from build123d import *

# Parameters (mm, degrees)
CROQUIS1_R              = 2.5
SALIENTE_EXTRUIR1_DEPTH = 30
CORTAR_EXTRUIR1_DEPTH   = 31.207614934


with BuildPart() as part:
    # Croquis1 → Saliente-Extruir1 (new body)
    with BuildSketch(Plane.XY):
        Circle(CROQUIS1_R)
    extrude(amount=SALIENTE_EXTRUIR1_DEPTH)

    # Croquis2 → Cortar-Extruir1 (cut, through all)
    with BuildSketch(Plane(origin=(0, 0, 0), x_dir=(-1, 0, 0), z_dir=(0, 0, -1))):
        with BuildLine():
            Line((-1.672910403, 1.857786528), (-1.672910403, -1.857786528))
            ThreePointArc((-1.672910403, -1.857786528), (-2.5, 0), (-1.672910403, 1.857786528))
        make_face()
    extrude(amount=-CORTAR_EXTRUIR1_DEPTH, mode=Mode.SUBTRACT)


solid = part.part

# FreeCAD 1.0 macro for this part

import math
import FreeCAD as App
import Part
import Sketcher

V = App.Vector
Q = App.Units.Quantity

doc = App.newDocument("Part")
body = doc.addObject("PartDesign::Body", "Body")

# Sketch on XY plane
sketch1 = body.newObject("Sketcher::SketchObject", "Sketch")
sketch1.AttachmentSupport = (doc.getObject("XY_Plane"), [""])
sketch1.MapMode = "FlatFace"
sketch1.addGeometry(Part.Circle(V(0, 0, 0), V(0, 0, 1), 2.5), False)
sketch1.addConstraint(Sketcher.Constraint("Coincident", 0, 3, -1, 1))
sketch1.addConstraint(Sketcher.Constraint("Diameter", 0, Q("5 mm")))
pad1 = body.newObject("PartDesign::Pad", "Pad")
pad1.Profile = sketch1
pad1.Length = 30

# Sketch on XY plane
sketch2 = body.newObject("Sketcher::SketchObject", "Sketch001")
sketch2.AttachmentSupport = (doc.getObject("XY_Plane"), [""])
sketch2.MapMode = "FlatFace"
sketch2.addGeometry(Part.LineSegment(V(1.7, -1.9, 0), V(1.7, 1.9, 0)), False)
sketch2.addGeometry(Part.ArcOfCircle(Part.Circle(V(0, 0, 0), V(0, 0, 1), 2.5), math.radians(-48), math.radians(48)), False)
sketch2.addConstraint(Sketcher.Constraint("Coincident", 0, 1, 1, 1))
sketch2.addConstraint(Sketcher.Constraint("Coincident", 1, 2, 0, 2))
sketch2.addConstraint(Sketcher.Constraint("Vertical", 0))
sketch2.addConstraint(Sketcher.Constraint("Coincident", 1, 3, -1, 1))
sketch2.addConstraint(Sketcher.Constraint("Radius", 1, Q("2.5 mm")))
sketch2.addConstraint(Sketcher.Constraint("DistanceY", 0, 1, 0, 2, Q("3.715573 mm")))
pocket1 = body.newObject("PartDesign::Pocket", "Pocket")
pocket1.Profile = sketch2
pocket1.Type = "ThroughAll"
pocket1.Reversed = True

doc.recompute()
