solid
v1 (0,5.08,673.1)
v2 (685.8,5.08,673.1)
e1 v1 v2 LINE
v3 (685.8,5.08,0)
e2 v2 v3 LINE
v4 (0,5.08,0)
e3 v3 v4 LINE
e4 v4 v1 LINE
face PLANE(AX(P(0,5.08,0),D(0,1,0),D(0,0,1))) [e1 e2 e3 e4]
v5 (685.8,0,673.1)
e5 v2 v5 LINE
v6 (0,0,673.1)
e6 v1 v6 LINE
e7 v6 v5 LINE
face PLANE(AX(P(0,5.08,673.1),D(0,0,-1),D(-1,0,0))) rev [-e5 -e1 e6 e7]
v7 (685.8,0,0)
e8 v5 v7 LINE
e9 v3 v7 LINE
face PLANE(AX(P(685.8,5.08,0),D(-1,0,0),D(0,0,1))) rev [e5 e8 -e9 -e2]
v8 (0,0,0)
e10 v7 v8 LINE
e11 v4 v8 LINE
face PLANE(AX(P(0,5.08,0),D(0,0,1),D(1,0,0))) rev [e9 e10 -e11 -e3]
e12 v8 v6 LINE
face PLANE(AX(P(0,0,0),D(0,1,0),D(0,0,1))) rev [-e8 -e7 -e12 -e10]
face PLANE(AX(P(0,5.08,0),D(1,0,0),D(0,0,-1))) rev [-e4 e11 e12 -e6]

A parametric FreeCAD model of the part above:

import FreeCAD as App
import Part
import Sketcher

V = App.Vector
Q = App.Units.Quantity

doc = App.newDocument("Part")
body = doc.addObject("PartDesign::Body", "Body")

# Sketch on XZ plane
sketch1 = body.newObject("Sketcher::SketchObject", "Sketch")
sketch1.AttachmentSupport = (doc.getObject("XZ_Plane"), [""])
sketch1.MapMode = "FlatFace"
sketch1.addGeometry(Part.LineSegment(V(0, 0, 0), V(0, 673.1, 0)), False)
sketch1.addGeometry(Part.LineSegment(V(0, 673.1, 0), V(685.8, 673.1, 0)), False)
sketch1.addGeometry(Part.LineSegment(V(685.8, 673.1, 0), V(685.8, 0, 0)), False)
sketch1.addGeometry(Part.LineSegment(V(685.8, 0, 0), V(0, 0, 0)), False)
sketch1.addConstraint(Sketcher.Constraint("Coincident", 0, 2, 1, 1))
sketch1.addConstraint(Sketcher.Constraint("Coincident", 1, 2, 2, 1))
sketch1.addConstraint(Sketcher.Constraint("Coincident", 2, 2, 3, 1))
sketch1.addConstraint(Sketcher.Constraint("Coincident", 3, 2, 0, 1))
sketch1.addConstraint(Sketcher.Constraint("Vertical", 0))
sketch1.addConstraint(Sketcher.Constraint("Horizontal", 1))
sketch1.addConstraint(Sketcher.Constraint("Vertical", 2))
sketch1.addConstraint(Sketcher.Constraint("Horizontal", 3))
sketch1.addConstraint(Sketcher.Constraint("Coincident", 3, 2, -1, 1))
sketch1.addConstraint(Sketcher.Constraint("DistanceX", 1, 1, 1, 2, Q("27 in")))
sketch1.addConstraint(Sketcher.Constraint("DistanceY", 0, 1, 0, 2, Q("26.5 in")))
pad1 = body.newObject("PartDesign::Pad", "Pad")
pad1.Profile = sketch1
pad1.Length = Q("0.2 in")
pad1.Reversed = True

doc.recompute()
::::
- _WORK TASK_
Repeat, word for word, the lines above between the line holding "extrude(amount=-CORTAR_EXTRUIR1_DEPTH, mode=Mode.SUBTRACT)" and the line holding "e5 v2 v5 LINE", inclusive; omit everything else.

- _RESPONSE FOR THIS EXERCISE_
    extrude(amount=-CORTAR_EXTRUIR1_DEPTH, mode=Mode.SUBTRACT)


solid = part.part

# FreeCAD 1.0 macro for this part

import math
import FreeCAD as App
import Part
import Sketcher

V = App.Vector
Q = App.Units.Quantity

doc = App.newDocument("Part")
body = doc.addObject("PartDesign::Body", "Body")

# Sketch on XY plane
sketch1 = body.newObject("Sketcher::SketchObject", "Sketch")
sketch1.AttachmentSupport = (doc.getObject("XY_Plane"), [""])
sketch1.MapMode = "FlatFace"
sketch1.addGeometry(Part.Circle(V(0, 0, 0), V(0, 0, 1), 2.5), False)
sketch1.addConstraint(Sketcher.Constraint("Coincident", 0, 3, -1, 1))
sketch1.addConstraint(Sketcher.Constraint("Diameter", 0, Q("5 mm")))
pad1 = body.newObject("PartDesign::Pad", "Pad")
pad1.Profile = sketch1
pad1.Length = 30

# Sketch on XY plane
sketch2 = body.newObject("Sketcher::SketchObject", "Sketch001")
sketch2.AttachmentSupport = (doc.getObject("XY_Plane"), [""])
sketch2.MapMode = "FlatFace"
sketch2.addGeometry(Part.LineSegment(V(1.7, -1.9, 0), V(1.7, 1.9, 0)), False)
sketch2.addGeometry(Part.ArcOfCircle(Part.Circle(V(0, 0, 0), V(0, 0, 1), 2.5), math.radians(-48), math.radians(48)), False)
sketch2.addConstraint(Sketcher.Constraint("Coincident", 0, 1, 1, 1))
sketch2.addConstraint(Sketcher.Constraint("Coincident", 1, 2, 0, 2))
sketch2.addConstraint(Sketcher.Constraint("Vertical", 0))
sketch2.addConstraint(Sketcher.Constraint("Coincident", 1, 3, -1, 1))
sketch2.addConstraint(Sketcher.Constraint("Radius", 1, Q("2.5 mm")))
sketch2.addConstraint(Sketcher.Constraint("DistanceY", 0, 1, 0, 2, Q("3.715573 mm")))
pocket1 = body.newObject("PartDesign::Pocket", "Pocket")
pocket1.Profile = sketch2
pocket1.Type = "ThroughAll"
pocket1.Reversed = True

doc.recompute()
solid
v1 (0,5.08,673.1)
v2 (685.8,5.08,673.1)
e1 v1 v2 LINE
v3 (685.8,5.08,0)
e2 v2 v3 LINE
v4 (0,5.08,0)
e3 v3 v4 LINE
e4 v4 v1 LINE
face PLANE(AX(P(0,5.08,0),D(0,1,0),D(0,0,1))) [e1 e2 e3 e4]
v5 (685.8,0,673.1)
e5 v2 v5 LINE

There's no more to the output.